- _What the task asks_:
Set out exactly, line by line, the stretch of data below that begins at the line containing "f 221 71 72" and ends at the line containing "f 226 227 201", with both ends kept.

- _Data to process_:
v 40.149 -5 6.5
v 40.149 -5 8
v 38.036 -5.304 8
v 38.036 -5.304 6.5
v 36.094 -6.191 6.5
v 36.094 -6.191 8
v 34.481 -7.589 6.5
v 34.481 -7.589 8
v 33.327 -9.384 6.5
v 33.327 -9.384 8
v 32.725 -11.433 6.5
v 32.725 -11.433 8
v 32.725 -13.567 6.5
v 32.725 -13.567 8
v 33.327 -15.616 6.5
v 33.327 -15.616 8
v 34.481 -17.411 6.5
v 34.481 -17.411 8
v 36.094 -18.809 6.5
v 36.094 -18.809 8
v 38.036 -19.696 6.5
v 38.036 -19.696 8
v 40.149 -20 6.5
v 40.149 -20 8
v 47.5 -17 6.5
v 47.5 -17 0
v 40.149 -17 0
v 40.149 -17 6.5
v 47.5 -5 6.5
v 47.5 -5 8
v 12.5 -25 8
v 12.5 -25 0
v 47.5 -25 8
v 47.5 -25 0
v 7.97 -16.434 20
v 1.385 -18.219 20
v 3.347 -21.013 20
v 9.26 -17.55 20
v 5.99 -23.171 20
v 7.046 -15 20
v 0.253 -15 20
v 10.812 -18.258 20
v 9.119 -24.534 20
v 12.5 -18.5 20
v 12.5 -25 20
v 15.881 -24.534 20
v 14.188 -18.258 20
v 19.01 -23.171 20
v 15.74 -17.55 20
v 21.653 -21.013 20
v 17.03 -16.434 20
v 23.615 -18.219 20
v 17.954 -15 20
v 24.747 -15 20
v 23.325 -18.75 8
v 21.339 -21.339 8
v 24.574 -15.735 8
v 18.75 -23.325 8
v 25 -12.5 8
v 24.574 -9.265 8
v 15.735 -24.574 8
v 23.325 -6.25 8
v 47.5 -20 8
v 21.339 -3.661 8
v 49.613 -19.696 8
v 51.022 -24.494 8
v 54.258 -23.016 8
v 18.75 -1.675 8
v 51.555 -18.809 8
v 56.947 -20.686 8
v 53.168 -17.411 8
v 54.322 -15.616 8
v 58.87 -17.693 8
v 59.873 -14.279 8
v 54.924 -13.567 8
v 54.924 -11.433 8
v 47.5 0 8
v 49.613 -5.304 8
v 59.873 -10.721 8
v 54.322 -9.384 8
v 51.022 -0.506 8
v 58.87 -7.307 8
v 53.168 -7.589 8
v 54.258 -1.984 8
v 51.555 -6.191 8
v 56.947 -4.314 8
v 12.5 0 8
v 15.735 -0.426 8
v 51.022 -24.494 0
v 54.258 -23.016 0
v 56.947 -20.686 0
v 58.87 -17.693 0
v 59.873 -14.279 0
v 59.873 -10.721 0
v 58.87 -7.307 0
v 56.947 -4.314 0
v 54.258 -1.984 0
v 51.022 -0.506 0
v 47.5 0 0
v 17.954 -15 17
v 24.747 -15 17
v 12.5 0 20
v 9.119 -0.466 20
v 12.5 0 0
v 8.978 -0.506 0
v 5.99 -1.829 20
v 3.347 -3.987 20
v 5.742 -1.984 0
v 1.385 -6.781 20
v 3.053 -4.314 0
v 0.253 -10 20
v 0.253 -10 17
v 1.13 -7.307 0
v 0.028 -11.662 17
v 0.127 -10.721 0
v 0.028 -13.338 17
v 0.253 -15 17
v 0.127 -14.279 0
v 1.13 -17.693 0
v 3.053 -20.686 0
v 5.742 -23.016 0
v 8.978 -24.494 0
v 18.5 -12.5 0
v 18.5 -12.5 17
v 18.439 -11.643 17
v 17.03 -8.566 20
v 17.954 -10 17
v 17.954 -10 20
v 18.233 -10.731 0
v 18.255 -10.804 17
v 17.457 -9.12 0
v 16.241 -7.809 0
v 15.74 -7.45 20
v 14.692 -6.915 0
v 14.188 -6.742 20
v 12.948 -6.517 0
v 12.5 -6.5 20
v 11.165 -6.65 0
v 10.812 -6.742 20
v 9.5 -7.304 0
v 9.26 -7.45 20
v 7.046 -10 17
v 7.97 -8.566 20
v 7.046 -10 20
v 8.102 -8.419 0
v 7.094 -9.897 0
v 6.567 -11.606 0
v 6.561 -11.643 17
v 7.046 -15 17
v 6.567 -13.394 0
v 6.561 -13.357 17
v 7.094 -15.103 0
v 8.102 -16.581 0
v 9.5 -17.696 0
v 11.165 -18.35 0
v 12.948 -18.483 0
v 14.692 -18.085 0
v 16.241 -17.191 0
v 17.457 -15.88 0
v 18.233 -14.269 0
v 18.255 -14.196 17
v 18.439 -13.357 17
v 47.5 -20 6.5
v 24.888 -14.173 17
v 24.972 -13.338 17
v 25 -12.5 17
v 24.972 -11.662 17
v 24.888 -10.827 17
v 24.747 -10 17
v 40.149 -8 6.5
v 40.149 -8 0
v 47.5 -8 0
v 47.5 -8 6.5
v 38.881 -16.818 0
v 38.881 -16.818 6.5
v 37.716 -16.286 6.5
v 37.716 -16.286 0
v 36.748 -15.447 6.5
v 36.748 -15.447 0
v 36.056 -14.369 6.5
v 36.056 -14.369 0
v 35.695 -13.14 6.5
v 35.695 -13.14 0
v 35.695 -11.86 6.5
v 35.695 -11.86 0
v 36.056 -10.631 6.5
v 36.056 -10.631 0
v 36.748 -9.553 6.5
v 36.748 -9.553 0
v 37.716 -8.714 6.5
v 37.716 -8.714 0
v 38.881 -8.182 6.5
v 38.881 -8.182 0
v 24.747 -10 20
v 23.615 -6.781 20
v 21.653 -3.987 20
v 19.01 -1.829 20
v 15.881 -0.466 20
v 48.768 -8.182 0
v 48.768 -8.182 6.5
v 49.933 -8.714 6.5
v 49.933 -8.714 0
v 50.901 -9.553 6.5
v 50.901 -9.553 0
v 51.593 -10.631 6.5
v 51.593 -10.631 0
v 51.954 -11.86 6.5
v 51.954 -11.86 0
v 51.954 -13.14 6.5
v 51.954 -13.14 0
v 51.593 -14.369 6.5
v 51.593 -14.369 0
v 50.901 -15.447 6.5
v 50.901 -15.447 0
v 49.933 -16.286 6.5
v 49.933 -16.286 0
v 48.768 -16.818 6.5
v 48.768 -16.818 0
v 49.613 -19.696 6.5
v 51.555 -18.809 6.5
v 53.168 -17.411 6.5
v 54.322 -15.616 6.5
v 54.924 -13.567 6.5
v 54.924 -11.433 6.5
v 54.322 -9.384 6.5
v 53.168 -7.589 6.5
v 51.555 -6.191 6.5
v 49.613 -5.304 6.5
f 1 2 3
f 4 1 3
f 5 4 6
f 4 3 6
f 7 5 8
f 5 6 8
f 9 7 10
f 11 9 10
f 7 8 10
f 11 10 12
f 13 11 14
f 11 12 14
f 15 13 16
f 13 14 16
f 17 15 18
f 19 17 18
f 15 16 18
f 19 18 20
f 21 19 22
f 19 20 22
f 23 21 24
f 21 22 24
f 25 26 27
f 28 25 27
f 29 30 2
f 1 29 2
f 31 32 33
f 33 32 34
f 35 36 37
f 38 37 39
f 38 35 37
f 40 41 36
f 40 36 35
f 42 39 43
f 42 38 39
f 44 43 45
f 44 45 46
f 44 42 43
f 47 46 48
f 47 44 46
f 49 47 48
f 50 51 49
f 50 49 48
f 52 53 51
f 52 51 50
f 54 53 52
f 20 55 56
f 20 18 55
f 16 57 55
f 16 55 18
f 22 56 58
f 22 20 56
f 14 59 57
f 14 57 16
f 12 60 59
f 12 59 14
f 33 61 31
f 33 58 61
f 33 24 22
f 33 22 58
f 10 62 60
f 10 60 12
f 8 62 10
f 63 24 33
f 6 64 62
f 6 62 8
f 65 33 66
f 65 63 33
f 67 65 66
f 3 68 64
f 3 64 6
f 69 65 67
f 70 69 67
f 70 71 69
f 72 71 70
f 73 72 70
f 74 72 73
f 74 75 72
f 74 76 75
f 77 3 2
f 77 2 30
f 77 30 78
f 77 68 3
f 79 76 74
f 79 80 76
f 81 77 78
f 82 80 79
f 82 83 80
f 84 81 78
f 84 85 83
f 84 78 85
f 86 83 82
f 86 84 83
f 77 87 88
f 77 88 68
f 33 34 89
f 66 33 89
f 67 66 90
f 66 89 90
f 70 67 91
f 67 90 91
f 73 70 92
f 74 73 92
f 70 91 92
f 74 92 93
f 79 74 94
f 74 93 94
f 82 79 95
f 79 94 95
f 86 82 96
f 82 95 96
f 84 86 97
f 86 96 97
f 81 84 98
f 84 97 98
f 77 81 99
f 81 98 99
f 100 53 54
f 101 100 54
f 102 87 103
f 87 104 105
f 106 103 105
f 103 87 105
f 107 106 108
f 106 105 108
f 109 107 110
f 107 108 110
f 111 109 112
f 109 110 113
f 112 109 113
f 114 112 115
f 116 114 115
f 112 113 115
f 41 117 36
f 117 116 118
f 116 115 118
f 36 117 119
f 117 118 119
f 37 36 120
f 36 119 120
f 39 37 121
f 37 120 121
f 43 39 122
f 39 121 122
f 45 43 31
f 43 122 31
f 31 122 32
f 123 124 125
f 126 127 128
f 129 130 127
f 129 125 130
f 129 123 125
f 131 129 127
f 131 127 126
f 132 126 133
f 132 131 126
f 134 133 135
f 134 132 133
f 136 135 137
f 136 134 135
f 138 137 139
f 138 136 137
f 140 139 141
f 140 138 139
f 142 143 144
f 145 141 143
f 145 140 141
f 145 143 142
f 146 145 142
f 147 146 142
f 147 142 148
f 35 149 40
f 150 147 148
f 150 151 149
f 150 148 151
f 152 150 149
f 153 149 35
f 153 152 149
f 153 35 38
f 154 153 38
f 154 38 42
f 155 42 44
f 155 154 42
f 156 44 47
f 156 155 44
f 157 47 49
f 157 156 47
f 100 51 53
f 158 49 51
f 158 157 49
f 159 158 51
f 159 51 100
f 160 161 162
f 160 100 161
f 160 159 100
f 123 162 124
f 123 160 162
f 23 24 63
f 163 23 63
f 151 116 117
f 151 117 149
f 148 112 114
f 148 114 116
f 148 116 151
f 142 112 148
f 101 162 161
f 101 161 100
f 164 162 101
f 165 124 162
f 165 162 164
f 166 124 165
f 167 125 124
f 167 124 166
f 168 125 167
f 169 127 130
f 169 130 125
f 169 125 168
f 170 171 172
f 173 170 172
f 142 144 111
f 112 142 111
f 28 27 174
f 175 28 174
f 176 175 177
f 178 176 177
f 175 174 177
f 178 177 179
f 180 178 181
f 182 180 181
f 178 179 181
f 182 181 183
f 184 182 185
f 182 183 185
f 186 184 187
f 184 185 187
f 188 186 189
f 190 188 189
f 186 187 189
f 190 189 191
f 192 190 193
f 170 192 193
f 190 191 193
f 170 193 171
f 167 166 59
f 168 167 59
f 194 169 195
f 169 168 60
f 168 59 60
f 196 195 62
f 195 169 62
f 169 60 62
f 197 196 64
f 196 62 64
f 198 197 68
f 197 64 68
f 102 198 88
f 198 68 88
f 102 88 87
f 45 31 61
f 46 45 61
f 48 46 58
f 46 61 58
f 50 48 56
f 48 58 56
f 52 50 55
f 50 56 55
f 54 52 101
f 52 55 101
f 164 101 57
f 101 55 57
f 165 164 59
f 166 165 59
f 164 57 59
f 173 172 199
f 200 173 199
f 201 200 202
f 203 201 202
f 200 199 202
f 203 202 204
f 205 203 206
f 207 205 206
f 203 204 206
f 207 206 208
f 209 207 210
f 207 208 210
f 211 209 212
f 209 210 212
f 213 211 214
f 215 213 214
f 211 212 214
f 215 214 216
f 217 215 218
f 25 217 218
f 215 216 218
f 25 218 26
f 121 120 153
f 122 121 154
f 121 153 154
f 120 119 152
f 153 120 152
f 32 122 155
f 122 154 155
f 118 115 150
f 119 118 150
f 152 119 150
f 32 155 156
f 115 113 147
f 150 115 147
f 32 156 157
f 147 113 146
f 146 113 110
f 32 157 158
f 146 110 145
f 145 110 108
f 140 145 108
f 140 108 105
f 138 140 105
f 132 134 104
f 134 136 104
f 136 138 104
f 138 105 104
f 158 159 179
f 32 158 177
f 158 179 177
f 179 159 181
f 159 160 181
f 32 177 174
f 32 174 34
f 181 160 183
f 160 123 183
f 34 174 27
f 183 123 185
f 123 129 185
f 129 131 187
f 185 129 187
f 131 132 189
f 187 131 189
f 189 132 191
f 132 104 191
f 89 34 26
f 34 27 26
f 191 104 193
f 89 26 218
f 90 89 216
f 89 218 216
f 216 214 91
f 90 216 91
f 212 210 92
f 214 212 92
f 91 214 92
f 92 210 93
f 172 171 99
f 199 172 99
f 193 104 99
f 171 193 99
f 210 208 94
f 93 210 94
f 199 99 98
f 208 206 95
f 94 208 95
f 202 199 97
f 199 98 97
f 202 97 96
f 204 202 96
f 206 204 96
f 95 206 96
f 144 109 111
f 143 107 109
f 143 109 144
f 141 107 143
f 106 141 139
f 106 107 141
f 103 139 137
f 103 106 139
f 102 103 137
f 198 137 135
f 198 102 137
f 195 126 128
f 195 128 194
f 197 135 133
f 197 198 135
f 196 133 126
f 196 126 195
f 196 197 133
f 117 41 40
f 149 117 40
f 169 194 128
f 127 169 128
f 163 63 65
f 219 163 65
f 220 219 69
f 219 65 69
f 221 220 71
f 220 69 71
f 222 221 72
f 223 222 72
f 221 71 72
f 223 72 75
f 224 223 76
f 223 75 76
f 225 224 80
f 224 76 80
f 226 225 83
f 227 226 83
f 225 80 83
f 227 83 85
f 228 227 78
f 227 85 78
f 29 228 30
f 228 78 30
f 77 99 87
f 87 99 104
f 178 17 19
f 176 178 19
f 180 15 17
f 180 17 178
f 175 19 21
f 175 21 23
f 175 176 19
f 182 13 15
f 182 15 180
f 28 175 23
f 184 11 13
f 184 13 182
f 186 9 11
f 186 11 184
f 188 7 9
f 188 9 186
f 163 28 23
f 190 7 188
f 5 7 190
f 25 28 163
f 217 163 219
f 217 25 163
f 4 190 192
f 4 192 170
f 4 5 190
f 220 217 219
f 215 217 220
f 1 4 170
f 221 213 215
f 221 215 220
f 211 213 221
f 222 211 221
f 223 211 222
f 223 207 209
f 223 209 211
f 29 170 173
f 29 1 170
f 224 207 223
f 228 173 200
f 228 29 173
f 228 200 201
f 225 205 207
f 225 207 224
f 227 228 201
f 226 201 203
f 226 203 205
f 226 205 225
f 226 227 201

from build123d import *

# Parameters (mm, degrees)
F0_R     = 6
F1_DEPTH = 8
F3_DEPTH = 1.5
F4_R     = 6
F5_DEPTH = 12
F7_DEPTH = 3


with BuildPart() as f1:
    # F0 (on Top) → F1 (new body)
    with BuildSketch(Plane.XY):
        with BuildLine():
            Line((47.5, 0), (12.5, 0))
            ThreePointArc((12.5, 0), (0, -12.5), (12.5, -25))
            Line((12.5, -25), (47.5, -25))
            ThreePointArc((47.5, -25), (60, -12.5), (47.5, 0))
        make_face()
        with Locations((12.5, -12.5)):
            Circle(F0_R, mode=Mode.SUBTRACT)
        with BuildLine():
            ThreePointArc((47.5, -8), (52, -12.5), (47.5, -17))
            Line((47.5, -17), (40.1489207149, -17))
            ThreePointArc((40.1489207149, -17), (35.6489207149, -12.5), (40.1489207149, -8))
            Line((40.1489207149, -8), (47.5, -8))
        make_face(mode=Mode.SUBTRACT)
    extrude(amount=F1_DEPTH)

    # F2 (on face) → F3 (cut)
    with BuildSketch(Plane.XY.offset(8)):
        with BuildLine():
            Line((40.1489207149, -20), (47.5, -20))
            ThreePointArc((47.5, -20), (55, -12.5), (47.5, -5))
            Line((47.5, -5), (40.1489207149, -5))
            ThreePointArc((40.1489207149, -5), (32.6489207149, -12.5), (40.1489207149, -20))
        make_face()
        with BuildLine():
            Line((47.5, -17), (40.1489207149, -17))
            ThreePointArc((40.1489207149, -17), (35.6489207149, -12.5), (40.1489207149, -8))
            Line((40.1489207149, -8), (47.5, -8))
            ThreePointArc((47.5, -8), (52, -12.5), (47.5, -17))
        make_face(mode=Mode.SUBTRACT)
    extrude(amount=-F3_DEPTH, mode=Mode.SUBTRACT)

    # F4 (on face) → F5 (join)
    with BuildSketch(Plane.XY.offset(8)):
        with BuildLine():
            ThreePointArc((12.5, -25), (21.3388347648, -21.3388347648), (25, -12.5))
            ThreePointArc((25, -12.5), (21.3388347648, -3.6611652352), (12.5, 0))
            ThreePointArc((12.5, 0), (0, -12.5), (12.5, -25))
        make_face()
        with Locations((12.5, -12.5)):
            Circle(F4_R, mode=Mode.SUBTRACT)
    extrude(amount=F5_DEPTH)

    # F6 (on face) → F7 (cut)
    with BuildSketch(Plane.XY.offset(20)):
        with BuildLine():
            Line((17.9543560573, -15), (24.7474487139, -15))
            ThreePointArc((24.7474487139, -15), (24.9367019126, -13.7563620251), (25, -12.5))
            ThreePointArc((25, -12.5), (24.9367019126, -11.2436379749), (24.7474487139, -10))
            Line((24.7474487139, -10), (17.9543560573, -10))
            ThreePointArc((17.9543560573, -10), (18.3620020617, -11.2205736332), (18.5, -12.5))
            ThreePointArc((18.5, -12.5), (18.3620020617, -13.7794263668), (17.9543560573, -15))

- _Task response_:
f 221 71 72
f 223 72 75
f 224 223 76
f 223 75 76
f 225 224 80
f 224 76 80
f 226 225 83
f 227 226 83
f 225 80 83
f 227 83 85
f 228 227 78
f 227 85 78
f 29 228 30
f 228 78 30
f 77 99 87
f 87 99 104
f 178 17 19
f 176 178 19
f 180 15 17
f 180 17 178
f 175 19 21
f 175 21 23
f 175 176 19
f 182 13 15
f 182 15 180
f 28 175 23
f 184 11 13
f 184 13 182
f 186 9 11
f 186 11 184
f 188 7 9
f 188 9 186
f 163 28 23
f 190 7 188
f 5 7 190
f 25 28 163
f 217 163 219
f 217 25 163
f 4 190 192
f 4 192 170
f 4 5 190
f 220 217 219
f 215 217 220
f 1 4 170
f 221 213 215
f 221 215 220
f 211 213 221
f 222 211 221
f 223 211 222
f 223 207 209
f 223 209 211
f 29 170 173
f 29 1 170
f 224 207 223
f 228 173 200
f 228 29 173
f 228 200 201
f 225 205 207
f 225 207 224
f 227 228 201
f 226 201 203
f 226 203 205
f 226 205 225
f 226 227 201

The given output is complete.